If he goes to the RSPCA Which is what will happen when the kennels get busy they will it him to sleep. We live near Thirsk and he is homed at the moment in Thirsk. Can anyone give him a home.


----------



## Sparkle22 (Oct 26, 2013)

I'm sorry i don't understand, you live on a farm yes, but, how is he bringing the live rats in?
You live in a farmhouse? So he must be coming in through a door? Cat flap? Window?
At nine weeks old he absolutely should not have been going outside!!

He wouldn't have been fully vaccinated, not to mention kittens that age have no sense and can get themselves in terrible danger, a tomcat also could quite likely have killed him! 

You could keep him as an indoor cat?

Or just let him in via the door so you can see before it opens if he has any prey?


----------



## lorilu (Sep 6, 2009)

You've already dumped the young cat, it is out of your hands. Let the shelter do it's job.

That he is a hunter makes him an ideal barn cat. He just hasn't learned to kill yet. But home or barn, indoor or outdoor it's no longer anything to do with you.


----------



## Cookieandme (Dec 29, 2011)

Sparkle22 just to confirm the cat is now 9 months old. 

Before sending him to the kennels I woukd have contacted your local council who could have advised on the rat problem

I agree with lorilou, you made a decision to find him another home but he is already gone. If you really are trying to find him a home you should take a photo of him and the sad thing for me is you didn't use his name in the post


----------



## Amin (Jul 31, 2009)

what was he doing out at 9 weeks, way too young  and what's wrong with being a hunter if kitty is living on a farm. 

Why have you already give him away if you are looking for a new home for him.


----------



## Charity (Apr 17, 2013)

I think you should have thought about finding a home on here before you returned him to the rescue. Did you not consider before returning him, that there was a risk of him being returned to the RSPCA which is now out of your control? If you want some interest, you need to give some details of the cat and all I can suggest is you give the rescue website info. if he is on there or you post a photo etc.


----------



## catcoonz (Aug 4, 2012)

Fact is this 9 month old cat is no longer yours to find a home for, you gave up ownership of him when you handed him to a rescue.

The rescue will now do what they wish with him.

I thought farm homes needed rat/mice catchers.


----------



## moggie14 (Sep 11, 2013)

Hi and welcome 
Your post is a bit confusing. Am I right in thinking that the 'kennels' you got the kitten from were threatening to give him to the RSPCA unless someone rehomed him? 
So you took him home and have now returned him to this place which are again trying to find him a home?
Presumably if they don't his fate will be the RSPCA?

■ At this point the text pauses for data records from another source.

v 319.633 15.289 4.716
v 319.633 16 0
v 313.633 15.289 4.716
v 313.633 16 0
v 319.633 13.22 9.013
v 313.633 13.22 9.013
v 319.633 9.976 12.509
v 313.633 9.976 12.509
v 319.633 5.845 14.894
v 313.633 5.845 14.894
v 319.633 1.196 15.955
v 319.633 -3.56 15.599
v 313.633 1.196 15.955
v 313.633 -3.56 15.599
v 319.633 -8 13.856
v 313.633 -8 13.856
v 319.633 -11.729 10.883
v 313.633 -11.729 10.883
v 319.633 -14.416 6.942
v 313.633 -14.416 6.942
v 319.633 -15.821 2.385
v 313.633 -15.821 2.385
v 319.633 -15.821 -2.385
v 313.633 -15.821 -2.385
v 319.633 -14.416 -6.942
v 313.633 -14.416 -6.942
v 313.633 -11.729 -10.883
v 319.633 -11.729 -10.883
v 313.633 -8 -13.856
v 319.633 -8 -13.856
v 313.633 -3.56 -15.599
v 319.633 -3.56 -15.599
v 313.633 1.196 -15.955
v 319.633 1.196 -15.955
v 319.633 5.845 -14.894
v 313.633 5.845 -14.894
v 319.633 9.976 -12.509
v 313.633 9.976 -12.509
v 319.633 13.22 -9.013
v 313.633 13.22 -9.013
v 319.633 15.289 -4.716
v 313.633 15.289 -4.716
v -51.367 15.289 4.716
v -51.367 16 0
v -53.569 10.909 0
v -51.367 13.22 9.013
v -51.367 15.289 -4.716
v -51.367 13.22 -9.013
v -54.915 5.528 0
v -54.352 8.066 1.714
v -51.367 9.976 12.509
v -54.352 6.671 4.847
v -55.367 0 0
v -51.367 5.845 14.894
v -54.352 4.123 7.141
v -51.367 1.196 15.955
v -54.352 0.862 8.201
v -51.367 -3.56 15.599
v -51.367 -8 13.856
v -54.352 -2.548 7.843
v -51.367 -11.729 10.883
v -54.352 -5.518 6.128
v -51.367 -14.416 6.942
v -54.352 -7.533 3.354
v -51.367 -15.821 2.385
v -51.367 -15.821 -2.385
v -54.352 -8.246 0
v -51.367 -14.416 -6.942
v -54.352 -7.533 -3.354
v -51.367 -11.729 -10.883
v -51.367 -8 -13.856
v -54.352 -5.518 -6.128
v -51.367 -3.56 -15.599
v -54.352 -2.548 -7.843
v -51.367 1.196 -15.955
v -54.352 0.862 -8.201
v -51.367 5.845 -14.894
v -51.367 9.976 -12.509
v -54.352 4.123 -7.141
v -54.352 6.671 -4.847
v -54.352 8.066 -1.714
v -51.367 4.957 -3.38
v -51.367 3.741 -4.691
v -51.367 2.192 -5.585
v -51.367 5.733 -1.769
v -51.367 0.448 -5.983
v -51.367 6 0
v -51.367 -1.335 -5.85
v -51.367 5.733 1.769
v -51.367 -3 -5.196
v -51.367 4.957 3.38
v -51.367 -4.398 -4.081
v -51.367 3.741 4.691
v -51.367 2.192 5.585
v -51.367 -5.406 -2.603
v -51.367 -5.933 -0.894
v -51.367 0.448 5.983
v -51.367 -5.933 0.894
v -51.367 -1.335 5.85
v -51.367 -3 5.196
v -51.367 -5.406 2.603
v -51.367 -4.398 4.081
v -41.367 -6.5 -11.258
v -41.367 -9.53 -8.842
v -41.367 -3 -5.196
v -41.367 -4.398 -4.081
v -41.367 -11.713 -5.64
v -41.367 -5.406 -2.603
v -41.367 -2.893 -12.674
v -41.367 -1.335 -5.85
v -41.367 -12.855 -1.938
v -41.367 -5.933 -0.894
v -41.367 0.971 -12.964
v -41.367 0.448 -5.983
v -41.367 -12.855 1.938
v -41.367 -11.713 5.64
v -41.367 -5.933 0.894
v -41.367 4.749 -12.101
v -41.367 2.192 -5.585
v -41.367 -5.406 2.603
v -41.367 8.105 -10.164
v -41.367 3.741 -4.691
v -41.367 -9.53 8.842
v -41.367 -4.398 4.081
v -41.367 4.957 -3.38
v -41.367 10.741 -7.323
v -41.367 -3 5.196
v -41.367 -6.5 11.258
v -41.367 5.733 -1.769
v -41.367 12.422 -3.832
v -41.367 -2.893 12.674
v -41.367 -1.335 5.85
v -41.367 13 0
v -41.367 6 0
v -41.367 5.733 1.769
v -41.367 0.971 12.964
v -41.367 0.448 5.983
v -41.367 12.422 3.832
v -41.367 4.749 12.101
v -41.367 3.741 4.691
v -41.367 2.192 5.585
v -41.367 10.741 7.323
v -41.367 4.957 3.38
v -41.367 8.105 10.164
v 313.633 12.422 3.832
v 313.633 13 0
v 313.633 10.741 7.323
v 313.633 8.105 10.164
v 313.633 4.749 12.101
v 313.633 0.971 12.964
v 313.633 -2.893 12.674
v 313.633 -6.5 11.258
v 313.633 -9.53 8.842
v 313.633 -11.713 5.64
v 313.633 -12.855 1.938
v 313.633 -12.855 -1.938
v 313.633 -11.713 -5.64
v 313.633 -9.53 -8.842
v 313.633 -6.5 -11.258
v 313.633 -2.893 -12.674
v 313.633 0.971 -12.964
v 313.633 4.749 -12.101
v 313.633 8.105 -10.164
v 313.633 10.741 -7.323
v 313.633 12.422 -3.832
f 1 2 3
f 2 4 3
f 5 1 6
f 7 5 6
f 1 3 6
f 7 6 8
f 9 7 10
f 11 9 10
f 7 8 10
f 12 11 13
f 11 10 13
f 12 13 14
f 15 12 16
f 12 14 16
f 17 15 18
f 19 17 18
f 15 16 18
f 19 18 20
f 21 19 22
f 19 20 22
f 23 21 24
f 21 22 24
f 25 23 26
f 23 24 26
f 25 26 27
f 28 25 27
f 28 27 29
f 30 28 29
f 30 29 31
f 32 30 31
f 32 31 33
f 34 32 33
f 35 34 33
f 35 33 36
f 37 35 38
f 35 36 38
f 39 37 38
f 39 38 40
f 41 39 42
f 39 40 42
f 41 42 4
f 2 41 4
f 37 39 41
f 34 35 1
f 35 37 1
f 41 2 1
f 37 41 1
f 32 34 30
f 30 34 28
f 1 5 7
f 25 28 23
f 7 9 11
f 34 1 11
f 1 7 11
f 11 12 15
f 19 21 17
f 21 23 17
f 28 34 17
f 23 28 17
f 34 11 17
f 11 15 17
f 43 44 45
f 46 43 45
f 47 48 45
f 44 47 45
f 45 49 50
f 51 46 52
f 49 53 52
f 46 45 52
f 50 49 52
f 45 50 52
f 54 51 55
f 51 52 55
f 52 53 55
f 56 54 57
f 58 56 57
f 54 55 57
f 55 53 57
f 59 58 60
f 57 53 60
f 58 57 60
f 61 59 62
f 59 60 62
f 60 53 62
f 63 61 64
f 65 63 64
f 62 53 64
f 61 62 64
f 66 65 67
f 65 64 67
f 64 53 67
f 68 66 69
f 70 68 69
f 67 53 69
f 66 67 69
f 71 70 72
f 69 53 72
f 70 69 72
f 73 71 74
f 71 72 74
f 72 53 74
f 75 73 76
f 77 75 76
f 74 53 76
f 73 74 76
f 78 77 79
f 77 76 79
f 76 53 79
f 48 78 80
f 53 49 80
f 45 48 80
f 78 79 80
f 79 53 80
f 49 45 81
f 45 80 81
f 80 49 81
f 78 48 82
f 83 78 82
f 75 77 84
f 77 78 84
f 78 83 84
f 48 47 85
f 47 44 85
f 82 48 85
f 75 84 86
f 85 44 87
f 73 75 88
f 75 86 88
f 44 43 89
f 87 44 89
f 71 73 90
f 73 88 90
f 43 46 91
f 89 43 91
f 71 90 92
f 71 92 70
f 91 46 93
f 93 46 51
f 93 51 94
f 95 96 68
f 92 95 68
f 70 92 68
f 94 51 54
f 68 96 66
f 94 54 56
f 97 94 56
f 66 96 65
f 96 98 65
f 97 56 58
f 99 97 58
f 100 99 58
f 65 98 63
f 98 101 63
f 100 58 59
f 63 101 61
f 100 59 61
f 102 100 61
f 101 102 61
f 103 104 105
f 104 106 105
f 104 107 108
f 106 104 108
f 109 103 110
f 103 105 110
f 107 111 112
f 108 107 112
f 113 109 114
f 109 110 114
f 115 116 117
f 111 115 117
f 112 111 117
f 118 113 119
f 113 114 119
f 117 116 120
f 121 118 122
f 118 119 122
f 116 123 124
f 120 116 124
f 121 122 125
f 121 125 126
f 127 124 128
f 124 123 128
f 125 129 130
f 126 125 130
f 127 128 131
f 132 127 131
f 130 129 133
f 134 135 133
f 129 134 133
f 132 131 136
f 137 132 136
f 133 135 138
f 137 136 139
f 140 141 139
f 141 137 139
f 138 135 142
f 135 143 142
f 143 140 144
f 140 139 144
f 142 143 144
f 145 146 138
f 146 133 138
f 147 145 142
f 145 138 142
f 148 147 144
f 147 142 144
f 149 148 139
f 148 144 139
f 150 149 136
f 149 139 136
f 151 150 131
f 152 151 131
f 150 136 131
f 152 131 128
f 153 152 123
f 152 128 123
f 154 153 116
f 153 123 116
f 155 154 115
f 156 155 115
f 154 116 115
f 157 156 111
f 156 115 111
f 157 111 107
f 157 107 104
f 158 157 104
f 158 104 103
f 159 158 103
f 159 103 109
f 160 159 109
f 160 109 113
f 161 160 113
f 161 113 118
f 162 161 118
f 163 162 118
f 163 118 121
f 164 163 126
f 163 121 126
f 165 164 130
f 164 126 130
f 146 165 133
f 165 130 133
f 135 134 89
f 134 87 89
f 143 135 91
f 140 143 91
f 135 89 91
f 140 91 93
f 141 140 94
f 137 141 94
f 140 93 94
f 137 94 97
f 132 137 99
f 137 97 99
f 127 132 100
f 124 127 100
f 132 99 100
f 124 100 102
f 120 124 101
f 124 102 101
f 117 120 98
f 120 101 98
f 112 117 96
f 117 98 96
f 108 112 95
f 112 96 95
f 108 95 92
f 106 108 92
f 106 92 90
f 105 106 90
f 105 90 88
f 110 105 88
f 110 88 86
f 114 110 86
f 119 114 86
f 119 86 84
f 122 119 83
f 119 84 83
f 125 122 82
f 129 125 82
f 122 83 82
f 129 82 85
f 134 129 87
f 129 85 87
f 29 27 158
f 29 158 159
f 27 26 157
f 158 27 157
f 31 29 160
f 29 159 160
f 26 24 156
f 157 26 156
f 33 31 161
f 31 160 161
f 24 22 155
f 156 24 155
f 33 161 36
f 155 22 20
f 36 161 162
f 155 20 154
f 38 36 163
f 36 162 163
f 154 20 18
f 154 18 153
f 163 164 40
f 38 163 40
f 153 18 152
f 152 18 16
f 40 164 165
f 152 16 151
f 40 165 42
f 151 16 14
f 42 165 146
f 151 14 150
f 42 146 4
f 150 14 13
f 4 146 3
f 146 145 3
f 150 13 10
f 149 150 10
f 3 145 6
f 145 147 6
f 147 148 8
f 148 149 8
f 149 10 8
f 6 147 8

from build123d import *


with BuildPart() as part:
    # Sketch1 → Revolve1 (revolve)
    with BuildSketch(Plane.XY):
        with BuildLine():
            Line((319.632932386, 0), (319.632932386, 16))
            Line((319.632932386, 16), (313.632932386, 16))
            Line((313.632932386, 16), (313.632932386, 13))
            Line((313.632932386, 13), (-41.367067614, 13))
            Line((-41.367067614, 13), (-41.367067614, 6))
            Line((-41.367067614, 6), (-51.367067614, 6))
            Line((-51.367067614, 6), (-51.367067614, 16))
            ThreePointArc((-51.367067614, 16), (-54.351912619, 8.246211251), (-55.367067614, 0))
            Line((-55.367067614, 0), (319.632932386, 0))
        make_face()
    revolve(axis=Axis((-129.812073534, 0, 0), (1, 0, 0)))


solid = part.part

Sorry for all the questions, just want to clarify.

I might be wrong but if there are enough rats running about for your cat to be frequently catching them then there must be a serious infestation. This I assume needs to be dealt with properly by the relevant experts.

Bottom line is, if you are willing to persevere with the kitten, you could get him back, keep him indoors whilst the rat issue is dealt with then he could become a great asset to you as a ratter to stay on top of the vermin problem.

Otherwise perhaps he is better off finding a new home


----------



## MCWillow (Aug 26, 2011)

Don't know why you've posted here. You 'rescued ' a 9 week old kitten and let him out immediately. He obviously learnt to hunt, but was too young to go for the actual kill.

Then he starts bringing you his 'spoils of the hunt' - thats what cats do, in fact if a cat brings you what its caught, its huge compliment, and they are 'looking after' you.

So now hes 9 months old, hes got very good at hunting (hasnt yet mastered the killing side of things, as, lets face it, hes still a baby) and is still bringing you his spoils.

You reward him, by giving him back the same place you 'rescued' him from, knowing full well, that the most likely option is that he will be PTS.

You've given him back. Given him back to the same place you got him, that told you he would be PTS if you didn't take him.

And now you come on here with a 'sob story' about how this poor kitten will be killed unless someone comes and adopts him.

The only reason this kitten will be killed is because you couldnt be bothered to look after it him until you found a home forhim. You took the easy option by giving him back.

You live on a bloody farm, and you let him out at 9 WEEKS old - what did you expect him to do?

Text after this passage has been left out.